Reviews

Review: How Does London's Natasha, Pierre & the Great Comet of 1812 Stack Up to Broadway's?

Dave Malloy’s musical is swaddled in anachronisms in Timothy Sheader’s new production.

Alex Wood

Alex Wood

| London |

December 18, 2024

Declan Bennett front and the company of NATASHA PIERRE THE GREAT COMET OF 1812 Donmar photo by Johan Persson 1
Declan Bennett (front) and the company of Natasha, Pierre and the Great Comet of 1812
(© Johan Persson)

Tim Sheader has wowed all four corners of North America with his heavily toured new take on Andrew Lloyd Webber and Tim Rice’s Jesus Christ Superstar, and he’s similarly iconoclastic with his first production at London’s intimate powerhouse producing venue, the Donmar Warehouse.

After a baffling number of years’ wait, Dave Malloy’s Natasha, Pierre & The Great Comet of 1812 has finally sailed across the Atlantic, though in a remarkably different form to its Broadway iteration. Taking a sliver of Tolstoy’s War and Peace and charting Natasha Rostova’s romantic entanglements in Moscow high society, as well as the disillusionment of cuckolded aristocrat Pierre Bezukhov, Malloy blends every musical style going to create a contemporary Muscovite melodrama. 

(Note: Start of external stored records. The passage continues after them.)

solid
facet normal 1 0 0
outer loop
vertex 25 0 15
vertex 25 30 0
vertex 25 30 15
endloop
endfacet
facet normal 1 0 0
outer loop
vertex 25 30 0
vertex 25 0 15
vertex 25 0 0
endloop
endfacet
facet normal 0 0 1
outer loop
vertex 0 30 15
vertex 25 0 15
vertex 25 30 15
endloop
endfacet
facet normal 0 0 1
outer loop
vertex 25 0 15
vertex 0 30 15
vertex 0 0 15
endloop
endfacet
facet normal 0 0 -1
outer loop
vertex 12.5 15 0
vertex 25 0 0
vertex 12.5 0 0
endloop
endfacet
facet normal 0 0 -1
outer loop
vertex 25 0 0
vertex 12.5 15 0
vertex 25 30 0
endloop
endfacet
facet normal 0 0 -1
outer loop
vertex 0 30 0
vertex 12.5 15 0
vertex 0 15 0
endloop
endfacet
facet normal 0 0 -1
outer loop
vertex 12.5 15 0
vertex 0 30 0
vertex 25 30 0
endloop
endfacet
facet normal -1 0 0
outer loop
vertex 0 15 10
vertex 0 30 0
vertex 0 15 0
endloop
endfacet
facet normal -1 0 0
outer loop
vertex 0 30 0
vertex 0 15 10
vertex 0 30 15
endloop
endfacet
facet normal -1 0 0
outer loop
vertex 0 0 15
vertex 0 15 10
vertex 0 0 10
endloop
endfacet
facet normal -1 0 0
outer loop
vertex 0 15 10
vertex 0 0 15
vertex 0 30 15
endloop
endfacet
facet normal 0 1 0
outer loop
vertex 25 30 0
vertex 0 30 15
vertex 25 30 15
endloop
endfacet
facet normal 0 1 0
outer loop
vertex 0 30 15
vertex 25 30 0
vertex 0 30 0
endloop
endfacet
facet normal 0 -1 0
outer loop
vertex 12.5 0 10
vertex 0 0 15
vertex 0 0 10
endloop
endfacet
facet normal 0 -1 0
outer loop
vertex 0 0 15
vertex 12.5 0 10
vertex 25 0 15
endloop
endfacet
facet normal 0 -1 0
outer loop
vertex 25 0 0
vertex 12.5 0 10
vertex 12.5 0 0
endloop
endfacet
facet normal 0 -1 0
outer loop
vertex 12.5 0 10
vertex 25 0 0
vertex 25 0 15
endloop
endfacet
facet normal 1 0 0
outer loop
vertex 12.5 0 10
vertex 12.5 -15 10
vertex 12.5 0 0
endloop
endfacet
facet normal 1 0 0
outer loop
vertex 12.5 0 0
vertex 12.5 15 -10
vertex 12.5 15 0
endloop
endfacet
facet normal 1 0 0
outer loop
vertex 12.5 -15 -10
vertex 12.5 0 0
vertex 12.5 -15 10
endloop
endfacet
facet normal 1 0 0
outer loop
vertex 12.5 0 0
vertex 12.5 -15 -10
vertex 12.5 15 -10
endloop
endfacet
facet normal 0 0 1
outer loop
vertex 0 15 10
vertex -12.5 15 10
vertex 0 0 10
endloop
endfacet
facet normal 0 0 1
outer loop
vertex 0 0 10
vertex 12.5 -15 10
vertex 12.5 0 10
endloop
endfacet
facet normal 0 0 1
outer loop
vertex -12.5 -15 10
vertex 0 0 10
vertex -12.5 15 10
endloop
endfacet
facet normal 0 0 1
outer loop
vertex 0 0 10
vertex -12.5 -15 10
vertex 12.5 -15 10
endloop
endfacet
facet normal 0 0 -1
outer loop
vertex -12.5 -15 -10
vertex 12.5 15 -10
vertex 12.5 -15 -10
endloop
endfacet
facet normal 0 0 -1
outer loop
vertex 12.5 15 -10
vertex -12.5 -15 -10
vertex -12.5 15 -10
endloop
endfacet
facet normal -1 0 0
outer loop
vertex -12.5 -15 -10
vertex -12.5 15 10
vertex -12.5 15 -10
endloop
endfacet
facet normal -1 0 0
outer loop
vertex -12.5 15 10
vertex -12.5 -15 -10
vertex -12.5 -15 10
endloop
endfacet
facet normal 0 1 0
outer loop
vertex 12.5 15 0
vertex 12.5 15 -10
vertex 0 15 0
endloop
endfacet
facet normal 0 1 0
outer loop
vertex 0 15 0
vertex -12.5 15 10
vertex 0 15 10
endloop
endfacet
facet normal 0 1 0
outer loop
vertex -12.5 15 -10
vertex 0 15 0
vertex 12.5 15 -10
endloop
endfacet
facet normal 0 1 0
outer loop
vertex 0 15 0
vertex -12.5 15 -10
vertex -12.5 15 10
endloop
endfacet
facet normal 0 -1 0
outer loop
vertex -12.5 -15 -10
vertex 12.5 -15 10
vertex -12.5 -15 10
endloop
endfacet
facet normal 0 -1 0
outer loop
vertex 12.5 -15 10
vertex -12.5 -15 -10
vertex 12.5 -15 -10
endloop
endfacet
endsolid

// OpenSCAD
// Generated by generate_scads.py
union() {
  union() {
    sphere(r=6);
    cylinder(h=5, r=6, center=true);
    cube(size=[25,30,15], center=false);
  }
  cube(size=[25,30,20], center=true);
}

With set largely non-existent save a series of scaffolds and the scattered letters M-O-S-C-O-W (the first “O” starts the show lying face down on stage, where Declan Bennett’s alcoholic Pierre also spends a fair amount of time), Sheader builds his Russia with gyrating bodies (great work from choreographer Ellen Kane), and kaleidoscopic lighting courtesy of Howard Hudson. Gone are the lavish ballroom gowns and paisley waistcoats – this Moscow is grunge and gauche – Jamie Muscato’s lascivious Anatole, who bowls into Moscow and causes quite the ruckus, feels like he’s taken stye tips from My Chemical Romance. Most of the cast would have no trouble getting into Berghain with what costume designer Evie Gurney has given them.

It could have all fallen flat if not for the brilliant performances and sense of assured chaos. Like a twisted take on Bridgerton, this is a city ruled by scandal and desire. Chumisa Dornford-May’s naif Natasha is ebullient to the point of entitled (with a gorgeous singing voice, she’s got a brilliant future ahead of her, and she’s already signed onto the National’s transfer of Sondheim’s Here We Are), while Cat Simmons plays Pierre’s wandering wife Hélène like social sandpaper: coarse, yet always leaving an impression. Bennett’s Pierre is a man all at sea, swimming through waves of disillusion until finding inspiration in the most unexpected places.

Importantly, the company tackle Malloy’s work with verve. Dornford-May and Chloe Saracco’s Mary revel in their semitone disharmony during “Natasha and Bolkonskys,” while the show’s true highpoint emerges early in act two, when Cedric Neal’s Balaga kickstarts an all-encompassing, vodka-fuelled piss-up in “The Abduction” as Anatole prepares to elope with the young and enchanted Natasha.

In the 250-seat Donmar, Anatole’s lustful exploits feel visceral, their effects on the helpless Natasha  almost tangible. I doubt Tolstoy has ever been so aggressively moving.

Malloy is quickly becoming one of the most prolific composers of his time, and it is telling that this show still feels fresh after 12 years of life. Perhaps Malloy’s contemporaries have something to learn about audacity and experimentation – audiences may be more willing to embrace the unorthodox than you might expect.